**Assignment:**
Copy the result of filtering the entries below for lines that include the string "SUBTRACT".

[Data records]

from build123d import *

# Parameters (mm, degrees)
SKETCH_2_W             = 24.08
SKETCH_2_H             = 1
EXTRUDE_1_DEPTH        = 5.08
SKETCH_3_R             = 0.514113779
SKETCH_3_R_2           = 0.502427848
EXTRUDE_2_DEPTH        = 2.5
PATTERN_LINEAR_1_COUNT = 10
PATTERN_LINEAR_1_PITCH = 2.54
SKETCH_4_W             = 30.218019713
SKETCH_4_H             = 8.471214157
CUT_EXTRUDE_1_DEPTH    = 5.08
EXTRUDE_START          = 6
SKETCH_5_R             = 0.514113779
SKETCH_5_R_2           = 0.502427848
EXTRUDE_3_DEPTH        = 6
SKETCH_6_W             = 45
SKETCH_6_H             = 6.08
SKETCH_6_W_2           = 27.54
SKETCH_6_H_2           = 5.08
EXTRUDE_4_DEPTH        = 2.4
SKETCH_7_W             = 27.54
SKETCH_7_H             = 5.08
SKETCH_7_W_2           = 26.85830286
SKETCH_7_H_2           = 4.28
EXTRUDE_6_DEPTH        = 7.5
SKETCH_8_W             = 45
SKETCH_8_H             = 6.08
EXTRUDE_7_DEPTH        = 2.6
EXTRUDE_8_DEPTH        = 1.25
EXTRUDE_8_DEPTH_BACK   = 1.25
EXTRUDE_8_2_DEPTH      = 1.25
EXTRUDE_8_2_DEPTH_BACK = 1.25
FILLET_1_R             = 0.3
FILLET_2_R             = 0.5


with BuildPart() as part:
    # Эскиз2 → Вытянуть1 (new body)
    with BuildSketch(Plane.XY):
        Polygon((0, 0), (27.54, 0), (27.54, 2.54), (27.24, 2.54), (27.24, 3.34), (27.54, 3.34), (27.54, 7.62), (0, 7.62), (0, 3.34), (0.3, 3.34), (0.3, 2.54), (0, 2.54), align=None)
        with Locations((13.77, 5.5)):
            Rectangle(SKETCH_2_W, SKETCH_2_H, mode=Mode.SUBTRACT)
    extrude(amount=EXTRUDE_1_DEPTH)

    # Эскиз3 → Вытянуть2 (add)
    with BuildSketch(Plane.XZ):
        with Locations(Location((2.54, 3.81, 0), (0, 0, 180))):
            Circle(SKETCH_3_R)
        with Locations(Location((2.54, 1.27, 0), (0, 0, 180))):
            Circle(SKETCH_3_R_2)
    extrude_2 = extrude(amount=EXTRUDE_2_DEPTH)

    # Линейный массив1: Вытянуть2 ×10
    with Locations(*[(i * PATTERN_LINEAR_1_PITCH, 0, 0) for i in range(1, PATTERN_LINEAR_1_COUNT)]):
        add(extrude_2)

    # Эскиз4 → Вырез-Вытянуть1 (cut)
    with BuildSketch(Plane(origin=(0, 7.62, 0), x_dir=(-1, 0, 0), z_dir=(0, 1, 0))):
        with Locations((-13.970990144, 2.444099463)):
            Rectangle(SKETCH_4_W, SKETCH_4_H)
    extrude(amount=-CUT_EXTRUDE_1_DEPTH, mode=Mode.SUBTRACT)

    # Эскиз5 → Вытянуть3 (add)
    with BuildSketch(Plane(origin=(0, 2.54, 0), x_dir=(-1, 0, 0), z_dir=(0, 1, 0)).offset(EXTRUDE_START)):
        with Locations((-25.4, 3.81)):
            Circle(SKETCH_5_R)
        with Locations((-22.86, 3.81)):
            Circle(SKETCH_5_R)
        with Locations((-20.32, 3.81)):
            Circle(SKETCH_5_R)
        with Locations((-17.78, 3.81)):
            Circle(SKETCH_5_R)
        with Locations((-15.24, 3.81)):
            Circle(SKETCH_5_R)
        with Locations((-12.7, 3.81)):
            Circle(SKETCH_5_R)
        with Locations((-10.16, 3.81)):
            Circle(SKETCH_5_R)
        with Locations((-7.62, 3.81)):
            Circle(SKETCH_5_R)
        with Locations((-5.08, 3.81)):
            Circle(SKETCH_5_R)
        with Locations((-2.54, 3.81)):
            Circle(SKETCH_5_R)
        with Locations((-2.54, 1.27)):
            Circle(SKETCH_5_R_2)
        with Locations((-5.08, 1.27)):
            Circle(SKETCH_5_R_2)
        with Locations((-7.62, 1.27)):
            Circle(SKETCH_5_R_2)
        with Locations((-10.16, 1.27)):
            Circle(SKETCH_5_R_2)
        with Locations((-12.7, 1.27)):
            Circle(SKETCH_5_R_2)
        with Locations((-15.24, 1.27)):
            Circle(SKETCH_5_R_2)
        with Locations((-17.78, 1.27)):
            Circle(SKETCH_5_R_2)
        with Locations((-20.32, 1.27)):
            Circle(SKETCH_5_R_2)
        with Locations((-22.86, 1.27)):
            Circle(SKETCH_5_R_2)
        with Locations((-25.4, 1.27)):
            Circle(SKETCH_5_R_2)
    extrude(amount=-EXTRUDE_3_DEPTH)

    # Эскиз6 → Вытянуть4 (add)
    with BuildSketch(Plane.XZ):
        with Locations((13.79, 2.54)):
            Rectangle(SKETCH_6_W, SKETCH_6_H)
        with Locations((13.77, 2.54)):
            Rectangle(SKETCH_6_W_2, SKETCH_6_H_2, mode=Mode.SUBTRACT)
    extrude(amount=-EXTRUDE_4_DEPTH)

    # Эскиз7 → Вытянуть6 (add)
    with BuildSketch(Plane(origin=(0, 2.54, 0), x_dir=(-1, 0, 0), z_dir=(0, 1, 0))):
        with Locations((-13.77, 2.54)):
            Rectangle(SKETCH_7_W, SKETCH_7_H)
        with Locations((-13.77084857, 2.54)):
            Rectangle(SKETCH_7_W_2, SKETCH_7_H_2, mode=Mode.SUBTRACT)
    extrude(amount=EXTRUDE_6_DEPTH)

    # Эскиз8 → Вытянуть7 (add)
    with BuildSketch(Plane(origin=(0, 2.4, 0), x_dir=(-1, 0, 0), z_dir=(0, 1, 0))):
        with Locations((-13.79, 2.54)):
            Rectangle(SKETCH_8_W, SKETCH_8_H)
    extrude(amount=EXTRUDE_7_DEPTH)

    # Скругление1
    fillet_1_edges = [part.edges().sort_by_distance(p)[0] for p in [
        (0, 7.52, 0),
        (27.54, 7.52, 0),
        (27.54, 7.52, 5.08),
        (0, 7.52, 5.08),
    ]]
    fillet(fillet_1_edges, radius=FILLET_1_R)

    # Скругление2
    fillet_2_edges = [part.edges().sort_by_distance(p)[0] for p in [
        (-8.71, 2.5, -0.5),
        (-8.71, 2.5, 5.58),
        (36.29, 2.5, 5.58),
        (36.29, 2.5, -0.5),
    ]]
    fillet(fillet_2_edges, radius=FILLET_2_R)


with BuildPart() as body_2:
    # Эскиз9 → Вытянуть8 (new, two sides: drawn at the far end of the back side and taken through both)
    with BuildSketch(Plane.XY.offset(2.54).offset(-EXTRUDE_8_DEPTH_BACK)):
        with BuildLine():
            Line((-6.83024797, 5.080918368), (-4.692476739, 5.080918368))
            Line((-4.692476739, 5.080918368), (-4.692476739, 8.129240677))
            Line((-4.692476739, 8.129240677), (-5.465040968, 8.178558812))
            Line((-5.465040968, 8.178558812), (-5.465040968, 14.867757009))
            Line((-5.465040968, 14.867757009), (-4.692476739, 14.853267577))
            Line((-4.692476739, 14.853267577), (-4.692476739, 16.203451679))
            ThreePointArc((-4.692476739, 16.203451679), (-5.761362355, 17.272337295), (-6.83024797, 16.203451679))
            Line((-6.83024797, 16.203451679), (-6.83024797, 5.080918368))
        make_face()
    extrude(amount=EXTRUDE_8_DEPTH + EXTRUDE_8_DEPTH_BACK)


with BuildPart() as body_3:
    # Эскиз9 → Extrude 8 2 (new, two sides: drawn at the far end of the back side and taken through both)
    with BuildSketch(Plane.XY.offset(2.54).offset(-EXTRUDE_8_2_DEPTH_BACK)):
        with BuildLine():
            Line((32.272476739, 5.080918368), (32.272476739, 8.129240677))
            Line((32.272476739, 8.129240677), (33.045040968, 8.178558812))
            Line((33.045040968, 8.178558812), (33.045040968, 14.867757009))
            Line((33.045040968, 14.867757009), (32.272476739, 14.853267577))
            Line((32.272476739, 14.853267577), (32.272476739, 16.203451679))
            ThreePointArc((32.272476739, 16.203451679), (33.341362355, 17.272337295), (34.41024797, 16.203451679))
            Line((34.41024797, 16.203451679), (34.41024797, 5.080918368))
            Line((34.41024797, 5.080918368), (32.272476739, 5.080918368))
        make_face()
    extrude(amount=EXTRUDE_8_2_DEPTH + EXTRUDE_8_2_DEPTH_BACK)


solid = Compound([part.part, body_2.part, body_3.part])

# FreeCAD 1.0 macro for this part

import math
import FreeCAD as App
import Part
import Sketcher

V = App.Vector


def edges_at(feature, points):
    """Names of the edges that pass closest to the given points."""
    edges = feature.Shape.Edges
    near = lambda p: min(range(len(edges)), key=lambda i: edges[i].distToShape(Part.Vertex(*p))[0])
    return sorted({f"Edge{near(p) + 1}" for p in points})

doc = App.newDocument("Part")
body = doc.addObject("PartDesign::Body", "Body")

# Sketch on XY plane
sketch1 = body.newObject("Sketcher::SketchObject", "Sketch")
sketch1.AttachmentSupport = (doc.getObject("XY_Plane"), [""])
sketch1.MapMode = "FlatFace"
sketch1.addGeometry(Part.LineSegment(V(0, 0, 0), V(27.54, 0, 0)), False)
sketch1.addGeometry(Part.LineSegment(V(27.54, 0, 0), V(27.54, 2.54, 0)), False)
sketch1.addGeometry(Part.LineSegment(V(27.54, 2.54, 0), V(27.24, 2.54, 0)), False)
sketch1.addGeometry(Part.LineSegment(V(27.24, 2.54, 0), V(27.24, 3.34, 0)), False)
sketch1.addGeometry(Part.LineSegment(V(27.24, 3.34, 0), V(27.54, 3.34, 0)), False)
sketch1.addGeometry(Part.LineSegment(V(27.54, 3.34, 0), V(27.54, 7.62, 0)), False)
sketch1.addGeometry(Part.LineSegment(V(27.54, 7.62, 0), V(0, 7.62, 0)), False)
sketch1.addGeometry(Part.LineSegment(V(0, 7.62, 0), V(0, 3.34, 0)), False)
sketch1.addGeometry(Part.LineSegment(V(0, 3.34, 0), V(0.3, 3.34, 0)), False)
sketch1.addGeometry(Part.LineSegment(V(0.3, 3.34, 0), V(0.3, 2.54, 0)), False)
sketch1.addGeometry(Part.LineSegment(V(0.3, 2.54, 0), V(0, 2.54, 0)), False)
sketch1.addGeometry(Part.LineSegment(V(0, 2.54, 0), V(0, 0, 0)), False)
sketch1.addGeometry(Part.LineSegment(V(25.81, 5, 0), V(1.73, 5, 0)), False)
sketch1.addGeometry(Part.LineSegment(V(1.73, 5, 0), V(1.73, 6, 0)), False)
sketch1.addGeometry(Part.LineSegment(V(1.73, 6, 0), V(25.81, 6, 0)), False)
sketch1.addGeometry(Part.LineSegment(V(25.81, 6, 0), V(25.81, 5, 0)), False)
sketch1.addConstraint(Sketcher.Constraint("Coincident", 0, 2, 1, 1))
sketch1.addConstraint(Sketcher.Constraint("Coincident", 1, 2, 2, 1))
sketch1.addConstraint(Sketcher.Constraint("Coincident", 2, 2, 3, 1))
sketch1.addConstraint(Sketcher.Constraint("Coincident", 3, 2, 4, 1))
sketch1.addConstraint(Sketcher.Constraint("Coincident", 4, 2, 5, 1))
sketch1.addConstraint(Sketcher.Constraint("Coincident", 5, 2, 6, 1))
sketch1.addConstraint(Sketcher.Constraint("Coincident", 6, 2, 7, 1))
sketch1.addConstraint(Sketcher.Constraint("Coincident", 7, 2, 8, 1))
sketch1.addConstraint(Sketcher.Constraint("Coincident", 8, 2, 9, 1))
sketch1.addConstraint(Sketcher.Constraint("Coincident", 9, 2, 10, 1))
sketch1.addConstraint(Sketcher.Constraint("Coincident", 10, 2, 11, 1))
sketch1.addConstraint(Sketcher.Constraint("Coincident", 11, 2, 0, 1))
sketch1.addConstraint(Sketcher.Constraint("Coincident", 12, 2, 13, 1))
sketch1.addConstraint(Sketcher.Constraint("Coincident", 13, 2, 14, 1))
sketch1.addConstraint(Sketcher.Constraint("Coincident", 14, 2, 15, 1))
sketch1.addConstraint(Sketcher.Constraint("Coincident", 15, 2, 12, 1))
sketch1.addConstraint(Sketcher.Constraint("Horizontal", 0))
sketch1.addConstraint(Sketcher.Constraint("Vertical", 1))
sketch1.addConstraint(Sketcher.Constraint("Horizontal", 2))
sketch1.addConstraint(Sketcher.Constraint("Vertical", 3))
sketch1.addConstraint(Sketcher.Constraint("Horizontal", 4))
sketch1.addConstraint(Sketcher.Constraint("Vertical", 5))
sketch1.addConstraint(Sketcher.Constraint("Horizontal", 6))
sketch1.addConstraint(Sketcher.Constraint("Vertical", 7))
sketch1.addConstraint(Sketcher.Constraint("Horizontal", 8))
sketch1.addConstraint(Sketcher.Constraint("Vertical", 9))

**Answer for this exercise:**
            Rectangle(SKETCH_2_W, SKETCH_2_H, mode=Mode.SUBTRACT)
    extrude(amount=-CUT_EXTRUDE_1_DEPTH, mode=Mode.SUBTRACT)
            Rectangle(SKETCH_6_W_2, SKETCH_6_H_2, mode=Mode.SUBTRACT)
            Rectangle(SKETCH_7_W_2, SKETCH_7_H_2, mode=Mode.SUBTRACT)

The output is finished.